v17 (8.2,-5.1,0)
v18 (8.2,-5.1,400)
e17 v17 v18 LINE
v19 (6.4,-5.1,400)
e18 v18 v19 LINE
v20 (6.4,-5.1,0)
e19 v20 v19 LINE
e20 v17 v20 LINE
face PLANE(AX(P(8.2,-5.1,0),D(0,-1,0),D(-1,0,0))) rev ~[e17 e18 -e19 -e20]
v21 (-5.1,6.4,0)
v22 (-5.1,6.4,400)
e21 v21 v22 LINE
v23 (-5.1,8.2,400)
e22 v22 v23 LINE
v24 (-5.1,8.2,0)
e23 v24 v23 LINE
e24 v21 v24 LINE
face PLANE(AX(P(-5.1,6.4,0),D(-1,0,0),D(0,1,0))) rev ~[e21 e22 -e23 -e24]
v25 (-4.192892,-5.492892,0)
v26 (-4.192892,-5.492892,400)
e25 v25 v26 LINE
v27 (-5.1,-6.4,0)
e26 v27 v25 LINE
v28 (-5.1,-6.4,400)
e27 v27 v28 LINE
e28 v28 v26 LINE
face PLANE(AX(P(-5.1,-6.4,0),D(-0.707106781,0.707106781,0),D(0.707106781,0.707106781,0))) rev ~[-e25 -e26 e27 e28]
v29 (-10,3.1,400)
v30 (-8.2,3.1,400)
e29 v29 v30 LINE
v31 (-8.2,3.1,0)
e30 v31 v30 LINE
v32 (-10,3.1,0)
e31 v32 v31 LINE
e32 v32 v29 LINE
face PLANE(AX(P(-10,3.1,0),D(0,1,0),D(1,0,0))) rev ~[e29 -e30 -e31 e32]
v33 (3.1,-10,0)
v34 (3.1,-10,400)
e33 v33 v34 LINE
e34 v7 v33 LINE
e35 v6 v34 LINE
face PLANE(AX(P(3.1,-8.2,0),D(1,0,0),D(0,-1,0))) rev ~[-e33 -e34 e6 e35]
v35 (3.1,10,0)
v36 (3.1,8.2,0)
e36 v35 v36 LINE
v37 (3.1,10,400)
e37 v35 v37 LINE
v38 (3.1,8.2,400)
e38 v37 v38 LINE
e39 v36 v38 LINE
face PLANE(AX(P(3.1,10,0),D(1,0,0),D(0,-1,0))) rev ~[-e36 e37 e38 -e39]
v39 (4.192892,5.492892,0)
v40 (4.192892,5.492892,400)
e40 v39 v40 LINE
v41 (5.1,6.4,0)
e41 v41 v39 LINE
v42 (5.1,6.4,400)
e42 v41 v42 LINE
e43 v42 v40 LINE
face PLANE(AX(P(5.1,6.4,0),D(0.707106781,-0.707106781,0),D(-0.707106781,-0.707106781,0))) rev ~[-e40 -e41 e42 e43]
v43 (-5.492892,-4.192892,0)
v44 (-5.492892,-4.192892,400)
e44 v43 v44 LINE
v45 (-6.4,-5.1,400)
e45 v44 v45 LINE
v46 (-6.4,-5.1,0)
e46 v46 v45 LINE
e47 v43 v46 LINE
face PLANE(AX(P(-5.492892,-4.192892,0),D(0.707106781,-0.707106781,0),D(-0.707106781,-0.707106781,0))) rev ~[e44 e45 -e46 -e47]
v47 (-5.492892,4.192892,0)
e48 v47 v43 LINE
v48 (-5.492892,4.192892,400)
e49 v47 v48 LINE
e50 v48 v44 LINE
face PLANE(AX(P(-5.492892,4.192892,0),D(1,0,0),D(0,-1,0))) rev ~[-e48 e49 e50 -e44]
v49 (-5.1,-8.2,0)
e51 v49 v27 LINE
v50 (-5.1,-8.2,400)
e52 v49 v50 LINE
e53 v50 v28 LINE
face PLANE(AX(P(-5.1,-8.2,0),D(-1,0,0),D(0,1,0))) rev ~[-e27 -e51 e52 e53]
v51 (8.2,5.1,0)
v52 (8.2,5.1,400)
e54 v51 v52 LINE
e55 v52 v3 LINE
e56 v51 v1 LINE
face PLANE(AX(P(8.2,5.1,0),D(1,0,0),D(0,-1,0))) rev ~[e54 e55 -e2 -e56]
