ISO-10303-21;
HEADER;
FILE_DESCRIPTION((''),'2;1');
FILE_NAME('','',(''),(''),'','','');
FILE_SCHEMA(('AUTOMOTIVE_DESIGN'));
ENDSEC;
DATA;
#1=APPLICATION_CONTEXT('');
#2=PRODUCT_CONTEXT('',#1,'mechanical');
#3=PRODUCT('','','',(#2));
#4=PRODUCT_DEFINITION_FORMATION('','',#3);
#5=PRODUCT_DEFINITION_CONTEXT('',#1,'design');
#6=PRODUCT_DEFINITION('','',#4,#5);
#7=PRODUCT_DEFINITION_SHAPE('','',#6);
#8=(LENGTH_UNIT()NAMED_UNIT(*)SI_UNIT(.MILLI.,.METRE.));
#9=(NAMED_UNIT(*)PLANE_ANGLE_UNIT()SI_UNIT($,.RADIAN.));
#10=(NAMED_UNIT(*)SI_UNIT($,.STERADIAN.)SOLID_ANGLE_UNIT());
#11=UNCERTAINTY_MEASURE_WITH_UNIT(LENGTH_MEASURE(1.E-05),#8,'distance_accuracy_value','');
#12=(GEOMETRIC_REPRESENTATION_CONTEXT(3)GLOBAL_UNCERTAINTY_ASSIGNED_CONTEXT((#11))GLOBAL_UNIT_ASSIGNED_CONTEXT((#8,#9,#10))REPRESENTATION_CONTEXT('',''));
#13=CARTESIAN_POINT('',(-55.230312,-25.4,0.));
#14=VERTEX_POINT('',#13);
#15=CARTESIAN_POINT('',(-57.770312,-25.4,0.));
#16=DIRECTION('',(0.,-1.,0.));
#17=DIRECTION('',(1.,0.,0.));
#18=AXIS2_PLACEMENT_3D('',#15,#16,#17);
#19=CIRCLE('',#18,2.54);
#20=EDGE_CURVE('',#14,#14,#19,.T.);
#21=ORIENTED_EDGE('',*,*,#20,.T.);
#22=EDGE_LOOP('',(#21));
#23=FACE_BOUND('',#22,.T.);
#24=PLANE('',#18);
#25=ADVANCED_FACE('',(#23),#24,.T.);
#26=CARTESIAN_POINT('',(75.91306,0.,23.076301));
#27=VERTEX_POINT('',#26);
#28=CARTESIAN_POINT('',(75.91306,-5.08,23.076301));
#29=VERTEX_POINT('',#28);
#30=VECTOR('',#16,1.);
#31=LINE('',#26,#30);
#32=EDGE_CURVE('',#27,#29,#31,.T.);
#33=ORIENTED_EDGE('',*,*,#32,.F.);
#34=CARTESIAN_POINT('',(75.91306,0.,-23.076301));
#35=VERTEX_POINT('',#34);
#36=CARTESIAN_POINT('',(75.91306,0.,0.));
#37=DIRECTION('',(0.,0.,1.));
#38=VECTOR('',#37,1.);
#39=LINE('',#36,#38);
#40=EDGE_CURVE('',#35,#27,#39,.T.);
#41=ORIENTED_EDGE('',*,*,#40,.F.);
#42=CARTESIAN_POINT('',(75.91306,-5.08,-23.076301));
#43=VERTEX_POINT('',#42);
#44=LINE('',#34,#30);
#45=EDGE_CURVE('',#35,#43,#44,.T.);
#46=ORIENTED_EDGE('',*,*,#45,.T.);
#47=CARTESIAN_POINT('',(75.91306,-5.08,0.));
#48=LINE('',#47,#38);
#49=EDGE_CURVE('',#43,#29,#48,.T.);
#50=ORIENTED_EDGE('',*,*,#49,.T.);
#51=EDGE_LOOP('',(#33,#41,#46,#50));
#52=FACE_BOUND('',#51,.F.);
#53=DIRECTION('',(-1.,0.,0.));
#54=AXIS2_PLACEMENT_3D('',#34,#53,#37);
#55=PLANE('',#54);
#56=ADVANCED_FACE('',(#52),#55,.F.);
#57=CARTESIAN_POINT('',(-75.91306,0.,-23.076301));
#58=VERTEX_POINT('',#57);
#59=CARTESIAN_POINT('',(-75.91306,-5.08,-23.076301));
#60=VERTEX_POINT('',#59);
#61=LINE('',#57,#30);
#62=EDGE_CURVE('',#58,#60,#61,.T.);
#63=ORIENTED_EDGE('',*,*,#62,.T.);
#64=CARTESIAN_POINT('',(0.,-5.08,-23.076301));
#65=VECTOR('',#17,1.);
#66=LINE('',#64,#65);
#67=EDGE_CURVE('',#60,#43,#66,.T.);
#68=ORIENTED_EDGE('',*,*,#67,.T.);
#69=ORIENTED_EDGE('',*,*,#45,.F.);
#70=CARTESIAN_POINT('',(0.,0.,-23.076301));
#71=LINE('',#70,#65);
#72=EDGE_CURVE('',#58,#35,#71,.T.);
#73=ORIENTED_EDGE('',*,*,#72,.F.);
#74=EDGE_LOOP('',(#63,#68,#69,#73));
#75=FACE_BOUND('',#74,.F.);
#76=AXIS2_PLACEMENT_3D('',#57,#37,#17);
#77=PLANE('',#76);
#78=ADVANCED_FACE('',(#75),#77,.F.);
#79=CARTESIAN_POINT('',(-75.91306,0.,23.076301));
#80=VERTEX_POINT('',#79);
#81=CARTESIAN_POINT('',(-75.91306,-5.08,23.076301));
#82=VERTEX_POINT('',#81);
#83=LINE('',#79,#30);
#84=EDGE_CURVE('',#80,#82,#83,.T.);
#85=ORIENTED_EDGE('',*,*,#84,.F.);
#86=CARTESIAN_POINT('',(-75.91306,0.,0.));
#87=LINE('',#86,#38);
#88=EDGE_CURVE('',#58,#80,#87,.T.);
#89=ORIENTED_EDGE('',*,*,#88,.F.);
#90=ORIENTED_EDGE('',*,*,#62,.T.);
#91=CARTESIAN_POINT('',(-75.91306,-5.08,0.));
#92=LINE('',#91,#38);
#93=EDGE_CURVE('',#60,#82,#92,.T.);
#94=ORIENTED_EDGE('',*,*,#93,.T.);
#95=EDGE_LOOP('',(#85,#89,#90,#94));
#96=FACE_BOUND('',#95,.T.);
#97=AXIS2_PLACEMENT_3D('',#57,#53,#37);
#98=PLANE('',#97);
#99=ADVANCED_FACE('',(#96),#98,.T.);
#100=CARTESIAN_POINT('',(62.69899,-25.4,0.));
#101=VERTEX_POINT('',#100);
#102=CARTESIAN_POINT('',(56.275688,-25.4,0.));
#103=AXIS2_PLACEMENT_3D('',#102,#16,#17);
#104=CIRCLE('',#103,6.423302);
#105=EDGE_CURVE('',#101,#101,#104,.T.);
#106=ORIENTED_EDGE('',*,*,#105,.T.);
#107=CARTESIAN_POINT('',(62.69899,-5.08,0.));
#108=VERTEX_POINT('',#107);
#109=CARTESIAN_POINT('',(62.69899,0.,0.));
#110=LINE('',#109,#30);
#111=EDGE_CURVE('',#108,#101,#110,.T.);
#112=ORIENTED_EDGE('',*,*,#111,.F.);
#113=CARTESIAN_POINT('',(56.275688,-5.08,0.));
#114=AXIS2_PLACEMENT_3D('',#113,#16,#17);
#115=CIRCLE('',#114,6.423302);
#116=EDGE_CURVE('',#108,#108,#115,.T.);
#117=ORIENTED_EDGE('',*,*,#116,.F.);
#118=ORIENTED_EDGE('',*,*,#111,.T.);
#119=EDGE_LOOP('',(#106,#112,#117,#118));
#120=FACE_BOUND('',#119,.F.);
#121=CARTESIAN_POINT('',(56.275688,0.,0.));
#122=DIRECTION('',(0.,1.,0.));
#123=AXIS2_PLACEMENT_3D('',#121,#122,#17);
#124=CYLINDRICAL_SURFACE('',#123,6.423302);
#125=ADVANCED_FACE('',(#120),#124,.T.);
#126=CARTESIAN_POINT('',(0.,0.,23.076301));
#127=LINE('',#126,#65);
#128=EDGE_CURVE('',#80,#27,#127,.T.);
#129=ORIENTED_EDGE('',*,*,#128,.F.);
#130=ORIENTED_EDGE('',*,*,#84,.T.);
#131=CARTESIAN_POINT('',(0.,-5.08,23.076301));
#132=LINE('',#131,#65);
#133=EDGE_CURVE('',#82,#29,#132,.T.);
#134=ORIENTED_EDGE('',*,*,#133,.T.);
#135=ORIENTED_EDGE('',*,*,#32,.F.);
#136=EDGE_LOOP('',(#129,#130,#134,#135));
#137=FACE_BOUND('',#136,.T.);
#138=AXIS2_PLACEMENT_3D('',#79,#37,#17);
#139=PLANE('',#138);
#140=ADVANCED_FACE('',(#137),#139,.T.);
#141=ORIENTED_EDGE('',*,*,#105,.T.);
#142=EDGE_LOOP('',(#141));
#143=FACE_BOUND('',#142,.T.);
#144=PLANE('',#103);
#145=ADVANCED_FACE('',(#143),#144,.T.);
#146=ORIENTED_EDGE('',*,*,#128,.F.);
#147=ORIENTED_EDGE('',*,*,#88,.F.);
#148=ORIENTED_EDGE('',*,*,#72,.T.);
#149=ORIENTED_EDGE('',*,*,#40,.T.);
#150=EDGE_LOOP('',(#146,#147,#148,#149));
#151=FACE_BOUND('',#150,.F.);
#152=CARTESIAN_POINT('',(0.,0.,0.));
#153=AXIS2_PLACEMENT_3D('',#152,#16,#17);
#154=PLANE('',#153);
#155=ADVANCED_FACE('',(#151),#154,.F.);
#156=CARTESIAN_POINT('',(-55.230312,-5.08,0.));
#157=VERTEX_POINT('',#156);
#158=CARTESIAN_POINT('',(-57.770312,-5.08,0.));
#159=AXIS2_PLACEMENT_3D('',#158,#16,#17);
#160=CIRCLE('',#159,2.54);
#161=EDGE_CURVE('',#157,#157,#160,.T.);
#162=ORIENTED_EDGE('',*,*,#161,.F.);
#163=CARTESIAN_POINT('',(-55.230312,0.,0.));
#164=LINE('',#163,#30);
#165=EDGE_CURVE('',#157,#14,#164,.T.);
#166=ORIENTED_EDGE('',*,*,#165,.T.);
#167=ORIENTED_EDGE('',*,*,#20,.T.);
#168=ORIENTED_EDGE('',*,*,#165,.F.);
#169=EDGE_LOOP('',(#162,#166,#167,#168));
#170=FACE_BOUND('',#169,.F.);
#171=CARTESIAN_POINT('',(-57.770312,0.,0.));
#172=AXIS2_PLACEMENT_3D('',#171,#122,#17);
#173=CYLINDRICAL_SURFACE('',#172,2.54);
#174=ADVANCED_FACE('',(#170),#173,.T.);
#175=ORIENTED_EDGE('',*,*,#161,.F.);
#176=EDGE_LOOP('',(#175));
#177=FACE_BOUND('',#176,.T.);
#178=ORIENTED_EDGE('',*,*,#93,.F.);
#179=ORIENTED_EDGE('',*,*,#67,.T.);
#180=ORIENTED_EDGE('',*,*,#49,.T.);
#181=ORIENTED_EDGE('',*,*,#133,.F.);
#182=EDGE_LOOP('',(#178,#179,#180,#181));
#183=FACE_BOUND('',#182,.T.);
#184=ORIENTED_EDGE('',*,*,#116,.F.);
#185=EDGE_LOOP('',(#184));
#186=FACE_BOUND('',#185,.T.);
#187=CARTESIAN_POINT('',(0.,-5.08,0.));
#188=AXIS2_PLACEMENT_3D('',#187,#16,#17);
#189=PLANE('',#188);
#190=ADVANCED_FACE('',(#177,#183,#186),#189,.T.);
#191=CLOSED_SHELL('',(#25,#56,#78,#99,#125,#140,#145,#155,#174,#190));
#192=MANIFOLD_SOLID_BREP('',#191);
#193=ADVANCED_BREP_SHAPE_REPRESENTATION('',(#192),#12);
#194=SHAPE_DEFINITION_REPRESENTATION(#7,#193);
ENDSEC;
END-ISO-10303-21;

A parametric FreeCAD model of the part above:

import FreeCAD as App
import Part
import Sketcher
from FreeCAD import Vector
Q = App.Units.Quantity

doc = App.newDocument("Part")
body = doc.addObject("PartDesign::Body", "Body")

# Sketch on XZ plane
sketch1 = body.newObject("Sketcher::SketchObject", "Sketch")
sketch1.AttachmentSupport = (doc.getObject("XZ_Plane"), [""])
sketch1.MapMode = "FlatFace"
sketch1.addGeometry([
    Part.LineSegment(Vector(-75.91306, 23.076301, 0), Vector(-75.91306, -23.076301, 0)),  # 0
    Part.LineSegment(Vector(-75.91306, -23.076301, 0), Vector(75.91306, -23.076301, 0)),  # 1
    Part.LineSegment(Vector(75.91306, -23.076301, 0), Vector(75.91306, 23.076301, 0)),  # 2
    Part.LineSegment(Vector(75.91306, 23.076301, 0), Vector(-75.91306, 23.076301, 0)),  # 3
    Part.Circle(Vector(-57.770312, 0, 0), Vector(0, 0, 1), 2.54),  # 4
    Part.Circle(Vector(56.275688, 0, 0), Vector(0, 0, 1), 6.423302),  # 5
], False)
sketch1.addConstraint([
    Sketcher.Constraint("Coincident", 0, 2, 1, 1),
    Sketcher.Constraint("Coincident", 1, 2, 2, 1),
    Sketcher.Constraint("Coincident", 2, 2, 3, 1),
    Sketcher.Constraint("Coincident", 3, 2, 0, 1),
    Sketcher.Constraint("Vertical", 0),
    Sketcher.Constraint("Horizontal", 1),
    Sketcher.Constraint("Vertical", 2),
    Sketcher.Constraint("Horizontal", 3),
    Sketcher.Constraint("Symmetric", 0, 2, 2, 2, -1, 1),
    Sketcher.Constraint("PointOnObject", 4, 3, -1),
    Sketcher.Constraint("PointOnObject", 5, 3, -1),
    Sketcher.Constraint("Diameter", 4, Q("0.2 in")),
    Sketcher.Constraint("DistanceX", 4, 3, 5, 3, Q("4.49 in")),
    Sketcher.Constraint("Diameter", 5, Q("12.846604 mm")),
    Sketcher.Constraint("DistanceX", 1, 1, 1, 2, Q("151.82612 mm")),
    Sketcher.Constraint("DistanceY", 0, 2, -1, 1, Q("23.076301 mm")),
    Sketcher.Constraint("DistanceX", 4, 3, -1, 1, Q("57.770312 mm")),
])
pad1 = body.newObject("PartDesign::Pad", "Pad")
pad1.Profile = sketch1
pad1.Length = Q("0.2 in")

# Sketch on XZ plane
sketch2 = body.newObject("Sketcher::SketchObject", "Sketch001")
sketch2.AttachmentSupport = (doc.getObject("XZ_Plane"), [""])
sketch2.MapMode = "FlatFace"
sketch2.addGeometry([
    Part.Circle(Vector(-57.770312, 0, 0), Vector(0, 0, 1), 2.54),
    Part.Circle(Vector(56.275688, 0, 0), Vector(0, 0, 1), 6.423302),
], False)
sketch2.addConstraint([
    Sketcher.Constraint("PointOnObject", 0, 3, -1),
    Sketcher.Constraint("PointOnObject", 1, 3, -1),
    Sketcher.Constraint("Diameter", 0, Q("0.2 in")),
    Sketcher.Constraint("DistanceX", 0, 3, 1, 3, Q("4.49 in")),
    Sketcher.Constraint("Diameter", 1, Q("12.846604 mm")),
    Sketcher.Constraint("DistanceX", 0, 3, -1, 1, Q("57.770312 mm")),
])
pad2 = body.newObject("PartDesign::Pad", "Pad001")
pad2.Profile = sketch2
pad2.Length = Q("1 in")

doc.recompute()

********************

__DESCRIPTION OF THE TASK__
Restate, word for word and with nothing added, the lines from the beginning of the records above through the line that contains "e23 v24 v23 LINE".

__SOLUTION TO THE PROBLEM__
v17 (8.2,-5.1,0)
v18 (8.2,-5.1,400)
e17 v17 v18 LINE
v19 (6.4,-5.1,400)
e18 v18 v19 LINE
v20 (6.4,-5.1,0)
e19 v20 v19 LINE
e20 v17 v20 LINE
face PLANE(AX(P(8.2,-5.1,0),D(0,-1,0),D(-1,0,0))) rev ~[e17 e18 -e19 -e20]
v21 (-5.1,6.4,0)
v22 (-5.1,6.4,400)
e21 v21 v22 LINE
v23 (-5.1,8.2,400)
e22 v22 v23 LINE
v24 (-5.1,8.2,0)
e23 v24 v23 LINE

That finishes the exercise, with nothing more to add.